In the data below, find the line that contains "e15 v16 v15 LINE" and the line that contains "e26 v26 v26". Copy both, plus every line between them, exactly.

═══ Data in this exercise

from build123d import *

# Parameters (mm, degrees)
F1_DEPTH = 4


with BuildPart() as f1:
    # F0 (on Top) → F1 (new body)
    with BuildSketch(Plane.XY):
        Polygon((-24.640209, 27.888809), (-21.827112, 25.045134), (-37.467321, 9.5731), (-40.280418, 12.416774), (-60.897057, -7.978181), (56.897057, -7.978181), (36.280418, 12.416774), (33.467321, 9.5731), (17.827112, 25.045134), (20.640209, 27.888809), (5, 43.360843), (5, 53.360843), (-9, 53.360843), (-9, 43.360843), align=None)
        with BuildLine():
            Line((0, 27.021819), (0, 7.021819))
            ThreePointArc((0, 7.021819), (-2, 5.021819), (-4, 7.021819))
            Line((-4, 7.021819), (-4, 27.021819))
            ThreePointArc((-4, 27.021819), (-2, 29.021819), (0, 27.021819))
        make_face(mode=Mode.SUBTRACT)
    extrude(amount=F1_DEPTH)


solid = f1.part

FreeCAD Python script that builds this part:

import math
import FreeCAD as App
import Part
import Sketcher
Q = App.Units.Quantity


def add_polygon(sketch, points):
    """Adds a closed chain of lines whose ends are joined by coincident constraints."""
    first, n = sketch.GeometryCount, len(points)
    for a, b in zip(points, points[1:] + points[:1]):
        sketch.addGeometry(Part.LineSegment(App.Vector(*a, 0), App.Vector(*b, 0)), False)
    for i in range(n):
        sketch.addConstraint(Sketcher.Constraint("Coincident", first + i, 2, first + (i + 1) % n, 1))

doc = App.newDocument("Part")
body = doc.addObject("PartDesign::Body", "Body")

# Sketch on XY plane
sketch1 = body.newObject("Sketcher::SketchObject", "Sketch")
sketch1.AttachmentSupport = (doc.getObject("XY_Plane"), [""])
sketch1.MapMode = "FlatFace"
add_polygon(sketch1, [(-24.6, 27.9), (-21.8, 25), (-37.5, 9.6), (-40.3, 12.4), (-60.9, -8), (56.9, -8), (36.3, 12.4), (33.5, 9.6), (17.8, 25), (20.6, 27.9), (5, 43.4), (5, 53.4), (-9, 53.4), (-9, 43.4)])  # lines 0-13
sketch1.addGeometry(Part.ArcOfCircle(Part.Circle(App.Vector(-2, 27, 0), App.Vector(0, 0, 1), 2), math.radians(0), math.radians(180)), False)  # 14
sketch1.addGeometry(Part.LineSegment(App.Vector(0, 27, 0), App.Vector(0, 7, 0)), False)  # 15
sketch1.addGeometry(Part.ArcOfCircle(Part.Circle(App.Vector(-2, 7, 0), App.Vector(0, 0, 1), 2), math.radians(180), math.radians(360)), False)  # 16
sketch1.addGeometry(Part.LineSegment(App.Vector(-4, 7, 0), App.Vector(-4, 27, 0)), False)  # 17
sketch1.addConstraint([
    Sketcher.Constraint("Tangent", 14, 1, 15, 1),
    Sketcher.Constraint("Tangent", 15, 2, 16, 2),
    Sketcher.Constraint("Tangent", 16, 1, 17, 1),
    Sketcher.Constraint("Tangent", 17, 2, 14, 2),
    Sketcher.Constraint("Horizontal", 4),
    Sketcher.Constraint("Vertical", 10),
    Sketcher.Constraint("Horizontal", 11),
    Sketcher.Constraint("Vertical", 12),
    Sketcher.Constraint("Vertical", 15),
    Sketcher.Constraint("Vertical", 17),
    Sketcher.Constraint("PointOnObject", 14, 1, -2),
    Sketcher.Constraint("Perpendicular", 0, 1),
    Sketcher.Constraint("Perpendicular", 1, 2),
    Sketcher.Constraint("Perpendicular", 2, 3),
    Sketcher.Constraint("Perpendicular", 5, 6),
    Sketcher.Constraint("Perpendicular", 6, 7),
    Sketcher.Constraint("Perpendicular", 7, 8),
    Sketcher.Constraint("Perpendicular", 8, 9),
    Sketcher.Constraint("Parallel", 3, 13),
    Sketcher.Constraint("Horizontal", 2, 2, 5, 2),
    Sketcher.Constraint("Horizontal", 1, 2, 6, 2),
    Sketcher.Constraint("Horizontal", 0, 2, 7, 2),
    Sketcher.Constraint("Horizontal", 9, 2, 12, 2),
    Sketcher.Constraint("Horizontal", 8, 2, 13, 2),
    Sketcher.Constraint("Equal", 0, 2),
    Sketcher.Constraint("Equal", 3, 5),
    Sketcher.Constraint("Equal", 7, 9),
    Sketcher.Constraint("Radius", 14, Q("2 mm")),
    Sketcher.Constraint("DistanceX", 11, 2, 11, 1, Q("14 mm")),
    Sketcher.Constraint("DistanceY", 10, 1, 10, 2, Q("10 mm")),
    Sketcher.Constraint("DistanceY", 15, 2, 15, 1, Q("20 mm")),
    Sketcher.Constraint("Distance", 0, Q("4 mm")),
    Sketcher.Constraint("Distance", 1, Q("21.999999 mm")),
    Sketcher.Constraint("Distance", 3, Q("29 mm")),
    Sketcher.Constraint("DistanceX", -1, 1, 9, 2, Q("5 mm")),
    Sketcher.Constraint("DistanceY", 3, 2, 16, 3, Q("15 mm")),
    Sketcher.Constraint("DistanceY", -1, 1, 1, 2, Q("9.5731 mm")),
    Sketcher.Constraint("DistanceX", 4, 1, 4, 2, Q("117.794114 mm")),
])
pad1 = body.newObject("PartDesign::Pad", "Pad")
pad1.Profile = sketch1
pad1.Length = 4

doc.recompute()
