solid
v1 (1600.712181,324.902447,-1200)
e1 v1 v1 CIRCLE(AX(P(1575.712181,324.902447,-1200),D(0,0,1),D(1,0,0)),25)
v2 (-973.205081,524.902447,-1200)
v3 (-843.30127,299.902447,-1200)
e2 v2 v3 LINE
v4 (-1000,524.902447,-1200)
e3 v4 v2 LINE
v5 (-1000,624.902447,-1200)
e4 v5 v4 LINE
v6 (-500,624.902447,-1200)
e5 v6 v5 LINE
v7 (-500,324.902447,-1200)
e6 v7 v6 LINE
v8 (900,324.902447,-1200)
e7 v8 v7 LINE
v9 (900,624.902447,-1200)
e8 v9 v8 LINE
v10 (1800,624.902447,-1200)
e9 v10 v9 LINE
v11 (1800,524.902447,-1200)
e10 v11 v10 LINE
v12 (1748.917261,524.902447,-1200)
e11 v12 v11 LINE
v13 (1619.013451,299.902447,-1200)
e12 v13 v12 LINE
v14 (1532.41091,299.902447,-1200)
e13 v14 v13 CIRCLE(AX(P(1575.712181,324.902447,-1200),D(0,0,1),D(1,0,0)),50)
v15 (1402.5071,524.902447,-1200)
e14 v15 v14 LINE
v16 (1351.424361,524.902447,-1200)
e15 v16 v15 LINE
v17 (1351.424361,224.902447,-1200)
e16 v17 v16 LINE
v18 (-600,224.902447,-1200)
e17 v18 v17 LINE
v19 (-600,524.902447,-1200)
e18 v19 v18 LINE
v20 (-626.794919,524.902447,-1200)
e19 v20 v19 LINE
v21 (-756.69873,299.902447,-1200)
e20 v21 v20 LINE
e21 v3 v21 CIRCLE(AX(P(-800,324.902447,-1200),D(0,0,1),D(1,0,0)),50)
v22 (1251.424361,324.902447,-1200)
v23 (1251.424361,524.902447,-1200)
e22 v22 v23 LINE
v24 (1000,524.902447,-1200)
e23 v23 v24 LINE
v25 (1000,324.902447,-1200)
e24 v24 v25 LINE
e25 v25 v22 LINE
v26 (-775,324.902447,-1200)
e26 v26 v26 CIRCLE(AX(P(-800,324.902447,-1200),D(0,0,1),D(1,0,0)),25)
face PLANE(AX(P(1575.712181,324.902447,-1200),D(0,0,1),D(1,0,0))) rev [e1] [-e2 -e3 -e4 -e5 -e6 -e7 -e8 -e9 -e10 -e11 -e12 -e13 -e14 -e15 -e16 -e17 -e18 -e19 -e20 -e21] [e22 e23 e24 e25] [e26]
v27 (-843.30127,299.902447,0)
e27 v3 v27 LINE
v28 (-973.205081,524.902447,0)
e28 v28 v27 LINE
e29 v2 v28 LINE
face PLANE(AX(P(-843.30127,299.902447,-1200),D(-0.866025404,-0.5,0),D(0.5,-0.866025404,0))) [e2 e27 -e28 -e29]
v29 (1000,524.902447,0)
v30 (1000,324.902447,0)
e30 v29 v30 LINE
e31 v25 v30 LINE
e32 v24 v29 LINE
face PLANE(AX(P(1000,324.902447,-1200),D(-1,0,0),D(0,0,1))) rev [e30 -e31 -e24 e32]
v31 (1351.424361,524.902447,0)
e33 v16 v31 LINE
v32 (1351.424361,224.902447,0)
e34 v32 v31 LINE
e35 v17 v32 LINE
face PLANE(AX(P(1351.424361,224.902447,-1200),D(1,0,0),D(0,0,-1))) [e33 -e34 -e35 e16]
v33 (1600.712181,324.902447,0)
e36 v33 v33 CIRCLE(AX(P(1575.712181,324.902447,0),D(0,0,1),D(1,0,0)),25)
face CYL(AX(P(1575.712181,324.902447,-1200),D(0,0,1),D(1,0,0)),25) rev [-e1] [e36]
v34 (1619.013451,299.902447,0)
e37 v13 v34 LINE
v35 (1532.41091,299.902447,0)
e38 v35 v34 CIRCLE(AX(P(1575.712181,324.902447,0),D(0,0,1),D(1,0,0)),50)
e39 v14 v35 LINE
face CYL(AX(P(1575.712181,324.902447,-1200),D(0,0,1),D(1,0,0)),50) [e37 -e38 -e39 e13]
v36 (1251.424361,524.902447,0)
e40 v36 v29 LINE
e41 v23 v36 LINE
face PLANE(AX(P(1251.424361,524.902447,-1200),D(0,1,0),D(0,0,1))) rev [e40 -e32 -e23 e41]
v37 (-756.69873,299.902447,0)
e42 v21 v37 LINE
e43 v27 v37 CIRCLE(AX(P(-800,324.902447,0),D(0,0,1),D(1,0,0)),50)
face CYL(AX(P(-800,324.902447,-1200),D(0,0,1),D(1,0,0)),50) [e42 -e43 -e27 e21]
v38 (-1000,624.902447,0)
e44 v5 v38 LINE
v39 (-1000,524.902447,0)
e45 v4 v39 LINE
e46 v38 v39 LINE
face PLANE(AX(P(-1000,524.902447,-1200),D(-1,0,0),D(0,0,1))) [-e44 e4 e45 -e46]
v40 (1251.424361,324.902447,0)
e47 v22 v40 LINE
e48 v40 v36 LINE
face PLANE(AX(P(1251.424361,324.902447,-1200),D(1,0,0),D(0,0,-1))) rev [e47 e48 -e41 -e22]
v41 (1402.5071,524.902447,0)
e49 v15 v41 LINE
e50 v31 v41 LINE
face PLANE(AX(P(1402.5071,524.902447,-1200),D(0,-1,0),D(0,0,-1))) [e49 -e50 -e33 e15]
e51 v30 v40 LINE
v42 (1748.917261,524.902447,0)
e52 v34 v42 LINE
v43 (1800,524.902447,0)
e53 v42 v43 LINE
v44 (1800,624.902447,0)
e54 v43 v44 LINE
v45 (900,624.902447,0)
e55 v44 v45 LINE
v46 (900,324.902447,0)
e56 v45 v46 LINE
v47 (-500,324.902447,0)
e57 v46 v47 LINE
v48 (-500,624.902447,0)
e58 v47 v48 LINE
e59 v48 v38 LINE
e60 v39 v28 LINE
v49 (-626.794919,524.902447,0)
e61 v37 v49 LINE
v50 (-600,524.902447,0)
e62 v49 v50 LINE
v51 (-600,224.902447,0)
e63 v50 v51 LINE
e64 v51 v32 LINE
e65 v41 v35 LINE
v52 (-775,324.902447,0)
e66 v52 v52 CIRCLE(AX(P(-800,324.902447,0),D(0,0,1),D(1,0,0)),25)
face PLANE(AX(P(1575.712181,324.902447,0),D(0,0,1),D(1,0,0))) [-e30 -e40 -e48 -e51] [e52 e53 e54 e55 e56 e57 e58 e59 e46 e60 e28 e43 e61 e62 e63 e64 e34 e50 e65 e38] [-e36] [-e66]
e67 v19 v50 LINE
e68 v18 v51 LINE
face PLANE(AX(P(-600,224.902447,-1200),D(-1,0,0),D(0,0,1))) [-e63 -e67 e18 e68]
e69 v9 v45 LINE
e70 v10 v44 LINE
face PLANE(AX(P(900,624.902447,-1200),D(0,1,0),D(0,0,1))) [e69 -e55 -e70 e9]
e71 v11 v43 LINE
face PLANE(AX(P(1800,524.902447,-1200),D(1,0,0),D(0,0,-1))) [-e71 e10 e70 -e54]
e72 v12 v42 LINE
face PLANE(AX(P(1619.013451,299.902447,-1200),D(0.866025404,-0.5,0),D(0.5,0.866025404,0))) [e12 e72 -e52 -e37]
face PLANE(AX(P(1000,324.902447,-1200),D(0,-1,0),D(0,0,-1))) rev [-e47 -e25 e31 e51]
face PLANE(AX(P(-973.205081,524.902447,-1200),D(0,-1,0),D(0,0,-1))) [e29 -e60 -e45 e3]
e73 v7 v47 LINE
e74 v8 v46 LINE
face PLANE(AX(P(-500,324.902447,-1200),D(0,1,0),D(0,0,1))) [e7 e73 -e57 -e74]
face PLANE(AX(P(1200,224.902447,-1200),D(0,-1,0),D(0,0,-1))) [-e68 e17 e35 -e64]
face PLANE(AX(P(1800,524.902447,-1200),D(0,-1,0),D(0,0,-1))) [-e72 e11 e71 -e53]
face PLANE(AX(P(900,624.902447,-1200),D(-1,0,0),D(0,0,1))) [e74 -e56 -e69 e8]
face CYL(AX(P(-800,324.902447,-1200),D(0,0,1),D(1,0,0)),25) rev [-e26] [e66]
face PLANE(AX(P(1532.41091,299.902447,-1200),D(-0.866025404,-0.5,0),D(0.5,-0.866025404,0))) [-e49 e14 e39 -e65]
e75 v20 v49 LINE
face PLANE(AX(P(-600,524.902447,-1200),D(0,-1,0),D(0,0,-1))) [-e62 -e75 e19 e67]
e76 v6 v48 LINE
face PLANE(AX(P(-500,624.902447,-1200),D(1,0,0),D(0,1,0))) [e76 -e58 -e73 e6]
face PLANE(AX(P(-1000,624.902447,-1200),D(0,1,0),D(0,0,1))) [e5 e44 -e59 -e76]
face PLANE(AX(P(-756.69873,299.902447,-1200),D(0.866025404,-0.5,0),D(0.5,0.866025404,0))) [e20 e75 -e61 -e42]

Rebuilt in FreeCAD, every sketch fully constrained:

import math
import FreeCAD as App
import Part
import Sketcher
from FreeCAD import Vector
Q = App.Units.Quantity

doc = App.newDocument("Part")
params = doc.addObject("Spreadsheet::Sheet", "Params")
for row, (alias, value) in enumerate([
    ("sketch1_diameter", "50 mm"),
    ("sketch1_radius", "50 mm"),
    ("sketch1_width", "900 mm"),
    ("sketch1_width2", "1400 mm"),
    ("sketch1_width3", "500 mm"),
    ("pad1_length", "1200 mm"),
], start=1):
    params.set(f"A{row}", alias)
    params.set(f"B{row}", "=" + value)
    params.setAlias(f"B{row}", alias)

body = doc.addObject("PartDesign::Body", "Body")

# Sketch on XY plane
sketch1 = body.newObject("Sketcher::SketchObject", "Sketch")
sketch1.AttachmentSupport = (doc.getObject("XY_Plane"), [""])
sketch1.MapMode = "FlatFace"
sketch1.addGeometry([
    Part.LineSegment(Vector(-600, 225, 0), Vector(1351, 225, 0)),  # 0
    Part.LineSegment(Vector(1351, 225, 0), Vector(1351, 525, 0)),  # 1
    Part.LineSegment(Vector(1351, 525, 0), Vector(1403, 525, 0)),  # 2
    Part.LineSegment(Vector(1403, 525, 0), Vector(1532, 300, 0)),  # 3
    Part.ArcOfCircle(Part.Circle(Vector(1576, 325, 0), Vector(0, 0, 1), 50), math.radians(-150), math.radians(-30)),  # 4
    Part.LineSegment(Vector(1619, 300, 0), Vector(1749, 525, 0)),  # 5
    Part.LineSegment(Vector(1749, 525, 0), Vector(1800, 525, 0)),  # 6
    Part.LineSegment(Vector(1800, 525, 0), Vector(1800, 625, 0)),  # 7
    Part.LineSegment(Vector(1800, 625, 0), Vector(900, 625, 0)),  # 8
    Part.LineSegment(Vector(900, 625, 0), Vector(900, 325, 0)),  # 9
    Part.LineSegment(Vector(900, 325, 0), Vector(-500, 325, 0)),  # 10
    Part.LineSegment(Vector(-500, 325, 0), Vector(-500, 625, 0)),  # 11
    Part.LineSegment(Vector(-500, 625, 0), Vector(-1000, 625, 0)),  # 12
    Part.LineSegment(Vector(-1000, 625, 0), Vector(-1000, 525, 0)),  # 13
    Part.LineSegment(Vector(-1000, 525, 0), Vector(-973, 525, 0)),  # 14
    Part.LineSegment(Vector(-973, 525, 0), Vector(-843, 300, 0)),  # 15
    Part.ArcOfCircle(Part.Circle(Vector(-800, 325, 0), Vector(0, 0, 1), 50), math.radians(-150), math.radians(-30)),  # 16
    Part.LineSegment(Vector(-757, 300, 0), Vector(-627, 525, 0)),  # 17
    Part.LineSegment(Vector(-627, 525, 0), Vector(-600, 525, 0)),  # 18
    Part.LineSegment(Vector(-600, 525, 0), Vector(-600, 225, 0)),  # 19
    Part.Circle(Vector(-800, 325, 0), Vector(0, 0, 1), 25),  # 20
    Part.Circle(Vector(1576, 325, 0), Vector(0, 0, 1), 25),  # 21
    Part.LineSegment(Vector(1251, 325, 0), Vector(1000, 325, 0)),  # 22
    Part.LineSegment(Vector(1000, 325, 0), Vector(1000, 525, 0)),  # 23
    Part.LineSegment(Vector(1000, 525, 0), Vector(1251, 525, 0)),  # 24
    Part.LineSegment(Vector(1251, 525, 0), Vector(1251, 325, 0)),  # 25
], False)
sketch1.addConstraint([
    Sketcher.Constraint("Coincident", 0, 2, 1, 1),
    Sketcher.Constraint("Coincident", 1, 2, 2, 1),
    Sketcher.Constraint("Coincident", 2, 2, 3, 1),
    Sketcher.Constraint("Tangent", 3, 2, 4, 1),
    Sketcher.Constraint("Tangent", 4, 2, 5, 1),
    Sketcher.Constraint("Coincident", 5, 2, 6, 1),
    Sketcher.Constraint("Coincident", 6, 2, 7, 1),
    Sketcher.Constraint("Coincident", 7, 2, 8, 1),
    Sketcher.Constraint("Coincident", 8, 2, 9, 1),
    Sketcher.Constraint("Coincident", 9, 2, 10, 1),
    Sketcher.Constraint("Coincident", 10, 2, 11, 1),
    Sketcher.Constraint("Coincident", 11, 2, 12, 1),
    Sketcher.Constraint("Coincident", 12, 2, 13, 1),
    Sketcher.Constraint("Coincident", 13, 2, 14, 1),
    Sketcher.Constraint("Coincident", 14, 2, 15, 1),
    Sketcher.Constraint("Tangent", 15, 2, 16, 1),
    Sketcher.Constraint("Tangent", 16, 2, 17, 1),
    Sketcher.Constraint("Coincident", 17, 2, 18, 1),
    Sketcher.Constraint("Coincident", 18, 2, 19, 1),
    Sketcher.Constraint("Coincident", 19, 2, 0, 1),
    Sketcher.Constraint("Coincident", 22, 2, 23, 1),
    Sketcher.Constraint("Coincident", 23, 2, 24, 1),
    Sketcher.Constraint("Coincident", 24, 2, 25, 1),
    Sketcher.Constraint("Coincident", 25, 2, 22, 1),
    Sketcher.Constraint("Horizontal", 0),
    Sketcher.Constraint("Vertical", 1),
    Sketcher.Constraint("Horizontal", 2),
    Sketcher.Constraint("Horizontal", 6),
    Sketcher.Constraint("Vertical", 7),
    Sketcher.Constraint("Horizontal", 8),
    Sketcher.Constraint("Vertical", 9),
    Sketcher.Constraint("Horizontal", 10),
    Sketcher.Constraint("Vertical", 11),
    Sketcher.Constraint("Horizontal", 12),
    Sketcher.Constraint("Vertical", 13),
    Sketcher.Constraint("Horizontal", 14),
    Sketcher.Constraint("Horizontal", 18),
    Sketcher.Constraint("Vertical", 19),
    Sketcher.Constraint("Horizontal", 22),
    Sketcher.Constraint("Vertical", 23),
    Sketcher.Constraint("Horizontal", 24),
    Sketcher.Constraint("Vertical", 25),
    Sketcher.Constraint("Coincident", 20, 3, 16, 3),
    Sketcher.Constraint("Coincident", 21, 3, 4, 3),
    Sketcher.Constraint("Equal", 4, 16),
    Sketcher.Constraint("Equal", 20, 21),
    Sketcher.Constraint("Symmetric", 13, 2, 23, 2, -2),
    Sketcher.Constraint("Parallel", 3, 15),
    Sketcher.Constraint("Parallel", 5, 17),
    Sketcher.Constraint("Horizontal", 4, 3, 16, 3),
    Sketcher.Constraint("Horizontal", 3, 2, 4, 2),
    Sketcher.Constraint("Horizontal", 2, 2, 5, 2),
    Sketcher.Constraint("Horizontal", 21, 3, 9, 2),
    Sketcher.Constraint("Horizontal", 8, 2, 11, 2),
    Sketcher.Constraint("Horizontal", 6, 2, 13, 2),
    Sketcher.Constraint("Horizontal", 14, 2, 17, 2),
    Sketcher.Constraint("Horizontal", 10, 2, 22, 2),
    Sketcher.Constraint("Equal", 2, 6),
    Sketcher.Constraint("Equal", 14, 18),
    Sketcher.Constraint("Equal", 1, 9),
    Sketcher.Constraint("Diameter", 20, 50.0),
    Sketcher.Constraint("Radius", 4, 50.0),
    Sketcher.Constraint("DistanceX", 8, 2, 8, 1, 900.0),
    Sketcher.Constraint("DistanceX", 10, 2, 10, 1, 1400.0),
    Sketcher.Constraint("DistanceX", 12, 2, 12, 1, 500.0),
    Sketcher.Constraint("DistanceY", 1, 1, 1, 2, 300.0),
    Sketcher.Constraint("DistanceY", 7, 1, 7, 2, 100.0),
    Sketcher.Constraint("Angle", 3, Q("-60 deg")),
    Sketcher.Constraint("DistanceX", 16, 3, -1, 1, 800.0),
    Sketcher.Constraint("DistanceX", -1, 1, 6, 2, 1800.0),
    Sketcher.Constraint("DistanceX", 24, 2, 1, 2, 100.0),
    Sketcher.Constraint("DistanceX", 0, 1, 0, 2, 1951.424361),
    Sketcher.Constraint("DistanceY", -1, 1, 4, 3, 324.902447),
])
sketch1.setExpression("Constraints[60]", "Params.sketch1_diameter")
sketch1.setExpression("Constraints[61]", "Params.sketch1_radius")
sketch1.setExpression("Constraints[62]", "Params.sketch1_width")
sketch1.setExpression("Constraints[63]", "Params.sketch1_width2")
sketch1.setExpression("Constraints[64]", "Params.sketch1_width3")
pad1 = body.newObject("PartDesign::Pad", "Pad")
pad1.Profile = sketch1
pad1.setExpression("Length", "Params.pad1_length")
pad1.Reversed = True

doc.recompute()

══════

**Written solution:**
e15 v16 v15 LINE
v17 (1351.424361,224.902447,-1200)
e16 v17 v16 LINE
v18 (-600,224.902447,-1200)
e17 v18 v17 LINE
v19 (-600,524.902447,-1200)
e18 v19 v18 LINE
v20 (-626.794919,524.902447,-1200)
e19 v20 v19 LINE
v21 (-756.69873,299.902447,-1200)
e20 v21 v20 LINE
e21 v3 v21 CIRCLE(AX(P(-800,324.902447,-1200),D(0,0,1),D(1,0,0)),50)
v22 (1251.424361,324.902447,-1200)
v23 (1251.424361,524.902447,-1200)
e22 v22 v23 LINE
v24 (1000,524.902447,-1200)
e23 v23 v24 LINE
v25 (1000,324.902447,-1200)
e24 v24 v25 LINE
e25 v25 v22 LINE
v26 (-775,324.902447,-1200)
e26 v26 v26 CIRCLE(AX(P(-800,324.902447,-1200),D(0,0,1),D(1,0,0)),25)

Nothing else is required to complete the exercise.